Dataset entries:

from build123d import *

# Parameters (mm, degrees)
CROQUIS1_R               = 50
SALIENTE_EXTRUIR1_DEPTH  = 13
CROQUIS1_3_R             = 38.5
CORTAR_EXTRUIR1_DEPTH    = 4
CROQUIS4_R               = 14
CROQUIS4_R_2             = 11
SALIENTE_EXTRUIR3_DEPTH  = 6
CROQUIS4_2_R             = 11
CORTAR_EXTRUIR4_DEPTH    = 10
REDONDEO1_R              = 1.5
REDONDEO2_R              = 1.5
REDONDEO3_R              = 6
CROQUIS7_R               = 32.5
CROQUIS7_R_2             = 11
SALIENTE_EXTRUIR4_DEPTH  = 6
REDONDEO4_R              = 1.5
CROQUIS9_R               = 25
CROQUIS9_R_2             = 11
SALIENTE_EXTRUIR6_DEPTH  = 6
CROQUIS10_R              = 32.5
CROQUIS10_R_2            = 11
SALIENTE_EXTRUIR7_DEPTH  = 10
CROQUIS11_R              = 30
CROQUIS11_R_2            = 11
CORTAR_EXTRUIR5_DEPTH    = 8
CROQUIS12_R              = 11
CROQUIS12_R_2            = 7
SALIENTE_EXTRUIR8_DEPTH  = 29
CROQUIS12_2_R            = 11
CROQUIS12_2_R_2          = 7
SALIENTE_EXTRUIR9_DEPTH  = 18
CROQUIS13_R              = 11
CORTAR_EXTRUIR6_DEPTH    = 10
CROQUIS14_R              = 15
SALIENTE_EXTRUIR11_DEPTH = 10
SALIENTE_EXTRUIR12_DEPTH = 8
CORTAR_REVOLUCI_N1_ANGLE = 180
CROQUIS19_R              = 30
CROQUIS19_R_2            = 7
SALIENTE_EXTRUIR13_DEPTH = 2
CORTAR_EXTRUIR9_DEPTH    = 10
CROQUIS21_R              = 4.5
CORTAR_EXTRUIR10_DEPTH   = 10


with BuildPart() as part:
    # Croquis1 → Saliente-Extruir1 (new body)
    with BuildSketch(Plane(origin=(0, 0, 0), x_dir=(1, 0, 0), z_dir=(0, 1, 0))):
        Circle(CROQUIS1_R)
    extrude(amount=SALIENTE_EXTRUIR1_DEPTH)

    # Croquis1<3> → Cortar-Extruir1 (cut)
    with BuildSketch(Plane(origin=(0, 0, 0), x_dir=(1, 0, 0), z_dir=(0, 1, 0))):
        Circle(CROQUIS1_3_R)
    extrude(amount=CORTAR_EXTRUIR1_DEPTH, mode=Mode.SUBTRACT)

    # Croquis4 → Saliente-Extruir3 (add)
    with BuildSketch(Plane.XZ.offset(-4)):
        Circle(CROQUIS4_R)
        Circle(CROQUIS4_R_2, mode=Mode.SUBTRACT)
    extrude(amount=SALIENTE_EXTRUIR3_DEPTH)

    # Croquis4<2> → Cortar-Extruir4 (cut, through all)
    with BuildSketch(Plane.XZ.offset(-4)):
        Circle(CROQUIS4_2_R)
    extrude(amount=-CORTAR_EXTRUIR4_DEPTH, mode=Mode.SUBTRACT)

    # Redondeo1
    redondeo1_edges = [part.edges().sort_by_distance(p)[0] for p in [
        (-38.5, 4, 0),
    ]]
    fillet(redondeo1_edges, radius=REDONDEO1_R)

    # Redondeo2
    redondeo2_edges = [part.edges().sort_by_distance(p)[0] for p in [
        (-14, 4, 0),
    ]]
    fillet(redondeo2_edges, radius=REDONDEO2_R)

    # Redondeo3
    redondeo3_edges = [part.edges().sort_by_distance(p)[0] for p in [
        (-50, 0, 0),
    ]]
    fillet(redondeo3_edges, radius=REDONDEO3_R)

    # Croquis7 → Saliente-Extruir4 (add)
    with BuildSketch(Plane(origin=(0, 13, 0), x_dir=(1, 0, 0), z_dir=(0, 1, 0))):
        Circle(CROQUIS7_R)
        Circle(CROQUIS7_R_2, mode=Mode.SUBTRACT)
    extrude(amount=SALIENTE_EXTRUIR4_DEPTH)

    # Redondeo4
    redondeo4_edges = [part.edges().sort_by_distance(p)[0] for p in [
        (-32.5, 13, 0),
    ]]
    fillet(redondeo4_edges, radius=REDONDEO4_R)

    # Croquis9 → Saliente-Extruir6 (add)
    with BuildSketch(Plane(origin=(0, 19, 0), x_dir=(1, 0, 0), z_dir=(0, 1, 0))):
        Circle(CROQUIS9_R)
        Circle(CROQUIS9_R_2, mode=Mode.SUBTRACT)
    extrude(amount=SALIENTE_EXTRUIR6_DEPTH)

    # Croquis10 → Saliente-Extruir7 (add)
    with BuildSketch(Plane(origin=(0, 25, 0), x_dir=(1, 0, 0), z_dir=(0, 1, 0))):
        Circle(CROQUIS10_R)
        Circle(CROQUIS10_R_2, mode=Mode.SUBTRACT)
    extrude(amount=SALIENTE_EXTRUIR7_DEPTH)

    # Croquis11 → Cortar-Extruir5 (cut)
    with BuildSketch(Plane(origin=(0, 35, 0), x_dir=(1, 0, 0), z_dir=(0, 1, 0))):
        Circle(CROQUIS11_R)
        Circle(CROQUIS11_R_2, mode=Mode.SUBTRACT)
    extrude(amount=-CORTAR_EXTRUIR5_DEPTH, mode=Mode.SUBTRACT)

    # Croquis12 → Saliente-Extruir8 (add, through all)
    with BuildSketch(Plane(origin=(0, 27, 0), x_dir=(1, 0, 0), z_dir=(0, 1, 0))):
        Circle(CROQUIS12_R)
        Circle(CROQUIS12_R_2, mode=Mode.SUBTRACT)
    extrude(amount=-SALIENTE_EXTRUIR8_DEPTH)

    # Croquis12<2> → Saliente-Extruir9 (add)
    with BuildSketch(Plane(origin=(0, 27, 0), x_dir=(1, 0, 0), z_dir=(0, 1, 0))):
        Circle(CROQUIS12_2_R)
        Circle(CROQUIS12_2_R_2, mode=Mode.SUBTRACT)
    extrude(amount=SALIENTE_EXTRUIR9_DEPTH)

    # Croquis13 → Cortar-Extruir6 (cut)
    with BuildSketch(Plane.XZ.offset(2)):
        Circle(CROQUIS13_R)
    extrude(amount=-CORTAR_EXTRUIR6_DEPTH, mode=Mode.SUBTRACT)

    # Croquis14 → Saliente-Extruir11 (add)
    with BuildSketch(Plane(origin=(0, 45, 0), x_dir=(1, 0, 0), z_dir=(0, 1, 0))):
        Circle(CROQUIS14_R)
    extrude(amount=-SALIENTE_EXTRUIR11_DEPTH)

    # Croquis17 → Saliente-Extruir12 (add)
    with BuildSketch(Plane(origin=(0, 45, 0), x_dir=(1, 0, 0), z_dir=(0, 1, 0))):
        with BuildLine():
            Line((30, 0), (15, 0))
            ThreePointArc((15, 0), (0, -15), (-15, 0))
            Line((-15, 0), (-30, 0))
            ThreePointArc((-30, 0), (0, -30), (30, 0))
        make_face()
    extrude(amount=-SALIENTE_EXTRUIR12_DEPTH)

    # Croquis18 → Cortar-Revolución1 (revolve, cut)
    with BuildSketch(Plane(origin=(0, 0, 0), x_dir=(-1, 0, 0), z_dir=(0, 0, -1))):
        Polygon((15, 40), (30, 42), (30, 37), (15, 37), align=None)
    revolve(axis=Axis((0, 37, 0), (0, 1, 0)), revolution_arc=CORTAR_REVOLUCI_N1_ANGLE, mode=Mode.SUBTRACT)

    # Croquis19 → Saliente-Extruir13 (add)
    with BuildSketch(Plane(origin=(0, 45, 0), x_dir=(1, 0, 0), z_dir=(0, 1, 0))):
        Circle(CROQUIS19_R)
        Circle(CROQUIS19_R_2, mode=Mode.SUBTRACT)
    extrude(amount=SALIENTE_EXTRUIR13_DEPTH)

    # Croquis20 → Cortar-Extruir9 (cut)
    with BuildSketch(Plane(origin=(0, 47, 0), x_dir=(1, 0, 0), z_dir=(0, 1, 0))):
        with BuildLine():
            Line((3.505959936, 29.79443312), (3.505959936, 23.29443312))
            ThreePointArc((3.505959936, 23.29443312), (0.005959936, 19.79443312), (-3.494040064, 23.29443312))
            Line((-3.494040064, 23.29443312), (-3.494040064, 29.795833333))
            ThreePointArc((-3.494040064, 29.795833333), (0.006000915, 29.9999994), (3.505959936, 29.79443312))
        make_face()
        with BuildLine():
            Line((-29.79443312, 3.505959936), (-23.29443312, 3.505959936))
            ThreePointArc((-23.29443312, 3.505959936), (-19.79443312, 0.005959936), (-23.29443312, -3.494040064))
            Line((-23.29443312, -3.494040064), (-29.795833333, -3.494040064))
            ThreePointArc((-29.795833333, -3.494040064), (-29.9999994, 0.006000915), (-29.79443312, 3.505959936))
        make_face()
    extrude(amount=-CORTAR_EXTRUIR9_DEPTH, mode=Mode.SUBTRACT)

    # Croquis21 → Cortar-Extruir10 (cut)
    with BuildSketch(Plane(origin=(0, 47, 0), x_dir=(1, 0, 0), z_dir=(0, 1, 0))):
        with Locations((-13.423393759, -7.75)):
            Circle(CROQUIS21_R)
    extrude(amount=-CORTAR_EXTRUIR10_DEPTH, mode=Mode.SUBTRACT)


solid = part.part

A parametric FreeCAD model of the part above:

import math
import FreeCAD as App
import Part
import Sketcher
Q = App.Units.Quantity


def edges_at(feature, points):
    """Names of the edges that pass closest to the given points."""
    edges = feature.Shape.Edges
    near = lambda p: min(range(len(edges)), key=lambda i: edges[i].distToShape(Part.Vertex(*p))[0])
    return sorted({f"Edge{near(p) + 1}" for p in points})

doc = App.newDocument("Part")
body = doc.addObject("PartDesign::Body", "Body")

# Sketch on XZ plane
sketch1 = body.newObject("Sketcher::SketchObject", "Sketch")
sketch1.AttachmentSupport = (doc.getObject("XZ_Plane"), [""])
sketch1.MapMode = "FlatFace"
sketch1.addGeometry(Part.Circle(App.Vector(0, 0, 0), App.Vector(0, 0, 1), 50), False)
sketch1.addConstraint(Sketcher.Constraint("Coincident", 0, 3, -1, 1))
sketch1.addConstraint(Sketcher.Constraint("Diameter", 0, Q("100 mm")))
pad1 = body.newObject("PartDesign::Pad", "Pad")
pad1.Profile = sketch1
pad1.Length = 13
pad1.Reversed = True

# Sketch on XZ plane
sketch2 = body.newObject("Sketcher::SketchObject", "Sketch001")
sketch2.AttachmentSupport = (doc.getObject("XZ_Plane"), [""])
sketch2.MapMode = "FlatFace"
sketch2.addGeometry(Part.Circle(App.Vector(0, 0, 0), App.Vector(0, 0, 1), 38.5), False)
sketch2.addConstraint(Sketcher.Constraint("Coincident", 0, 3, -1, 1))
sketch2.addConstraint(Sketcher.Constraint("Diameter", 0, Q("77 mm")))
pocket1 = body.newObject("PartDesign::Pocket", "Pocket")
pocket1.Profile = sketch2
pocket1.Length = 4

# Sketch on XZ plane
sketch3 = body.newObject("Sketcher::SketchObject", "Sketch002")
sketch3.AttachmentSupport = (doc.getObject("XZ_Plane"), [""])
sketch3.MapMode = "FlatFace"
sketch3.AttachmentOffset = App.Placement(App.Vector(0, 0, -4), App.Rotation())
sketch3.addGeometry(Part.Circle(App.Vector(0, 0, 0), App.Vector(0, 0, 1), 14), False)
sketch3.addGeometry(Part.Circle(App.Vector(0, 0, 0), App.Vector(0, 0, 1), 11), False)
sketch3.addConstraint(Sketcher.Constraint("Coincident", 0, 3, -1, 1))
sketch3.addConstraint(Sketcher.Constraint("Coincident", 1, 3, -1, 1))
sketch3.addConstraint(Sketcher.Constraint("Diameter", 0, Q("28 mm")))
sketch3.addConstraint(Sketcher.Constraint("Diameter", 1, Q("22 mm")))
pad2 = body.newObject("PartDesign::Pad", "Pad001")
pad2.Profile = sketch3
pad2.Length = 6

Aim of the exercise: Give back exactly the lines above, from the line containing "Circle(CROQUIS14_R)" through the line containing "extrude(amount=-SALIENTE_EXTRUIR12_DEPTH)", with both end lines and nothing more.

Reply to the exercise:
        Circle(CROQUIS14_R)
    extrude(amount=-SALIENTE_EXTRUIR11_DEPTH)

    # Croquis17 → Saliente-Extruir12 (add)
    with BuildSketch(Plane(origin=(0, 45, 0), x_dir=(1, 0, 0), z_dir=(0, 1, 0))):
        with BuildLine():
            Line((30, 0), (15, 0))
            ThreePointArc((15, 0), (0, -15), (-15, 0))
            Line((-15, 0), (-30, 0))
            ThreePointArc((-30, 0), (0, -30), (30, 0))
        make_face()
    extrude(amount=-SALIENTE_EXTRUIR12_DEPTH)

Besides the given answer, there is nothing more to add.